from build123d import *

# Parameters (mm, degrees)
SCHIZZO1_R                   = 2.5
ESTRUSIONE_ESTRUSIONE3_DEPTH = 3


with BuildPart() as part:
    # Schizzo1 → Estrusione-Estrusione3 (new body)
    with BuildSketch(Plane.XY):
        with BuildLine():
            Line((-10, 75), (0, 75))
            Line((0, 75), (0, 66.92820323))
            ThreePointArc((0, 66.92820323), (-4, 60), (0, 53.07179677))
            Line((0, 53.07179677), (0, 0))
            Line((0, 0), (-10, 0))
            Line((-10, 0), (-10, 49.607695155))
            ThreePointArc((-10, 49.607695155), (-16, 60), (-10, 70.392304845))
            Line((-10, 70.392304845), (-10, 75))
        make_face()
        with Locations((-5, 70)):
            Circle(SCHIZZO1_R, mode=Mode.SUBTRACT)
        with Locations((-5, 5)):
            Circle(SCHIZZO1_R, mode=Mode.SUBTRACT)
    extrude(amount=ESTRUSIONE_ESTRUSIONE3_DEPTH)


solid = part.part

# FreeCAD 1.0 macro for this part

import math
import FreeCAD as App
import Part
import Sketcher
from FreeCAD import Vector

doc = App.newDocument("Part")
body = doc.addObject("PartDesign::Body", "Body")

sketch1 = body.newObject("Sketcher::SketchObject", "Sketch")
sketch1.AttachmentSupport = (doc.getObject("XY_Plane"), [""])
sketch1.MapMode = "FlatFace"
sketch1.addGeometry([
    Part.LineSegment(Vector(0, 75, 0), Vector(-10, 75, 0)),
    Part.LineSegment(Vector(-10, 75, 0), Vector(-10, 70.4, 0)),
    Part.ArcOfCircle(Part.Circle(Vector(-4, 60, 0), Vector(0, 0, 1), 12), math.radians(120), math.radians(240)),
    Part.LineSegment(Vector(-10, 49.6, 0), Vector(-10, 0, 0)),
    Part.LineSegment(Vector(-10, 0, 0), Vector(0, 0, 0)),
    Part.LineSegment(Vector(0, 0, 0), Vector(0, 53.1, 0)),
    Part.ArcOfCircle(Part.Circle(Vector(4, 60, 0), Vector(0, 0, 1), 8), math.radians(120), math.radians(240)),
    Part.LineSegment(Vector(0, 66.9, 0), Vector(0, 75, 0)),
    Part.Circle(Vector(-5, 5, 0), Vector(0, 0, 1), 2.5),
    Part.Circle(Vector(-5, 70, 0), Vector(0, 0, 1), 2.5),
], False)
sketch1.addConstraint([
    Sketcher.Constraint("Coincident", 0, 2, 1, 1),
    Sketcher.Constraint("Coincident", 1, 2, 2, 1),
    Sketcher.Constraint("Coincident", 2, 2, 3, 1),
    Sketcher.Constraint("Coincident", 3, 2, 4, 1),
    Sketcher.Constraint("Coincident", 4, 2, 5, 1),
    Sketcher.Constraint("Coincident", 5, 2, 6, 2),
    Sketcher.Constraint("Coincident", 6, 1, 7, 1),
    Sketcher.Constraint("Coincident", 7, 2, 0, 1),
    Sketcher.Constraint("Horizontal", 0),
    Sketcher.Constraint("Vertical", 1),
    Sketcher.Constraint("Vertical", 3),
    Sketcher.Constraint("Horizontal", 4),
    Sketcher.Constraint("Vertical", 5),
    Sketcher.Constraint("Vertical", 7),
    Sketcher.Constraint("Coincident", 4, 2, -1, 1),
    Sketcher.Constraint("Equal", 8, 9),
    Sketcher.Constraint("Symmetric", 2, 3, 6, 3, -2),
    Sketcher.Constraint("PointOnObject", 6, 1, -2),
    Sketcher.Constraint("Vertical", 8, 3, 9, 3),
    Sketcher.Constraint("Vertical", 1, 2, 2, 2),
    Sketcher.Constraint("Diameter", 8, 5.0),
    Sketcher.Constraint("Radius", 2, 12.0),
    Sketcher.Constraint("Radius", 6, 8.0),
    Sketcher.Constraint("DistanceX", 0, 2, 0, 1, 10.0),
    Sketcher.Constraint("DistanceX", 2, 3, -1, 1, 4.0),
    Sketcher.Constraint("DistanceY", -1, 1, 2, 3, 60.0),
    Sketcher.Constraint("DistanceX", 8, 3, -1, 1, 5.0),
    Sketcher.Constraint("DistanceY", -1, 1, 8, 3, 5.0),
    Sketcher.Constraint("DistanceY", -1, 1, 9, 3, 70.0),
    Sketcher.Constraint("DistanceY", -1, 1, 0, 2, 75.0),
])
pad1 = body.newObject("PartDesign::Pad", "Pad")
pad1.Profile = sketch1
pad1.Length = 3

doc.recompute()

# # # # # # #

Transcribe the data above in its entirety, exactly.

● **Final answer**
from build123d import *

# Parameters (mm, degrees)
SCHIZZO1_R                   = 2.5
ESTRUSIONE_ESTRUSIONE3_DEPTH = 3


with BuildPart() as part:
    # Schizzo1 → Estrusione-Estrusione3 (new body)
    with BuildSketch(Plane.XY):
        with BuildLine():
            Line((-10, 75), (0, 75))
            Line((0, 75), (0, 66.92820323))
            ThreePointArc((0, 66.92820323), (-4, 60), (0, 53.07179677))
            Line((0, 53.07179677), (0, 0))
            Line((0, 0), (-10, 0))
            Line((-10, 0), (-10, 49.607695155))
            ThreePointArc((-10, 49.607695155), (-16, 60), (-10, 70.392304845))
            Line((-10, 70.392304845), (-10, 75))
        make_face()
        with Locations((-5, 70)):
            Circle(SCHIZZO1_R, mode=Mode.SUBTRACT)
        with Locations((-5, 5)):
            Circle(SCHIZZO1_R, mode=Mode.SUBTRACT)
    extrude(amount=ESTRUSIONE_ESTRUSIONE3_DEPTH)


solid = part.part

# FreeCAD 1.0 macro for this part

import math
import FreeCAD as App
import Part
import Sketcher
from FreeCAD import Vector

doc = App.newDocument("Part")
body = doc.addObject("PartDesign::Body", "Body")

sketch1 = body.newObject("Sketcher::SketchObject", "Sketch")
sketch1.AttachmentSupport = (doc.getObject("XY_Plane"), [""])
sketch1.MapMode = "FlatFace"
sketch1.addGeometry([
    Part.LineSegment(Vector(0, 75, 0), Vector(-10, 75, 0)),
    Part.LineSegment(Vector(-10, 75, 0), Vector(-10, 70.4, 0)),
    Part.ArcOfCircle(Part.Circle(Vector(-4, 60, 0), Vector(0, 0, 1), 12), math.radians(120), math.radians(240)),
    Part.LineSegment(Vector(-10, 49.6, 0), Vector(-10, 0, 0)),
    Part.LineSegment(Vector(-10, 0, 0), Vector(0, 0, 0)),
    Part.LineSegment(Vector(0, 0, 0), Vector(0, 53.1, 0)),
    Part.ArcOfCircle(Part.Circle(Vector(4, 60, 0), Vector(0, 0, 1), 8), math.radians(120), math.radians(240)),
    Part.LineSegment(Vector(0, 66.9, 0), Vector(0, 75, 0)),
    Part.Circle(Vector(-5, 5, 0), Vector(0, 0, 1), 2.5),
    Part.Circle(Vector(-5, 70, 0), Vector(0, 0, 1), 2.5),
], False)
sketch1.addConstraint([
    Sketcher.Constraint("Coincident", 0, 2, 1, 1),
    Sketcher.Constraint("Coincident", 1, 2, 2, 1),
    Sketcher.Constraint("Coincident", 2, 2, 3, 1),
    Sketcher.Constraint("Coincident", 3, 2, 4, 1),
    Sketcher.Constraint("Coincident", 4, 2, 5, 1),
    Sketcher.Constraint("Coincident", 5, 2, 6, 2),
    Sketcher.Constraint("Coincident", 6, 1, 7, 1),
    Sketcher.Constraint("Coincident", 7, 2, 0, 1),
    Sketcher.Constraint("Horizontal", 0),
    Sketcher.Constraint("Vertical", 1),
    Sketcher.Constraint("Vertical", 3),
    Sketcher.Constraint("Horizontal", 4),
    Sketcher.Constraint("Vertical", 5),
    Sketcher.Constraint("Vertical", 7),
    Sketcher.Constraint("Coincident", 4, 2, -1, 1),
    Sketcher.Constraint("Equal", 8, 9),
    Sketcher.Constraint("Symmetric", 2, 3, 6, 3, -2),
    Sketcher.Constraint("PointOnObject", 6, 1, -2),
    Sketcher.Constraint("Vertical", 8, 3, 9, 3),
    Sketcher.Constraint("Vertical", 1, 2, 2, 2),
    Sketcher.Constraint("Diameter", 8, 5.0),
    Sketcher.Constraint("Radius", 2, 12.0),
    Sketcher.Constraint("Radius", 6, 8.0),
    Sketcher.Constraint("DistanceX", 0, 2, 0, 1, 10.0),
    Sketcher.Constraint("DistanceX", 2, 3, -1, 1, 4.0),
    Sketcher.Constraint("DistanceY", -1, 1, 2, 3, 60.0),
    Sketcher.Constraint("DistanceX", 8, 3, -1, 1, 5.0),
    Sketcher.Constraint("DistanceY", -1, 1, 8, 3, 5.0),
    Sketcher.Constraint("DistanceY", -1, 1, 9, 3, 70.0),
    Sketcher.Constraint("DistanceY", -1, 1, 0, 2, 75.0),
])
pad1 = body.newObject("PartDesign::Pad", "Pad")
pad1.Profile = sketch1
pad1.Length = 3

doc.recompute()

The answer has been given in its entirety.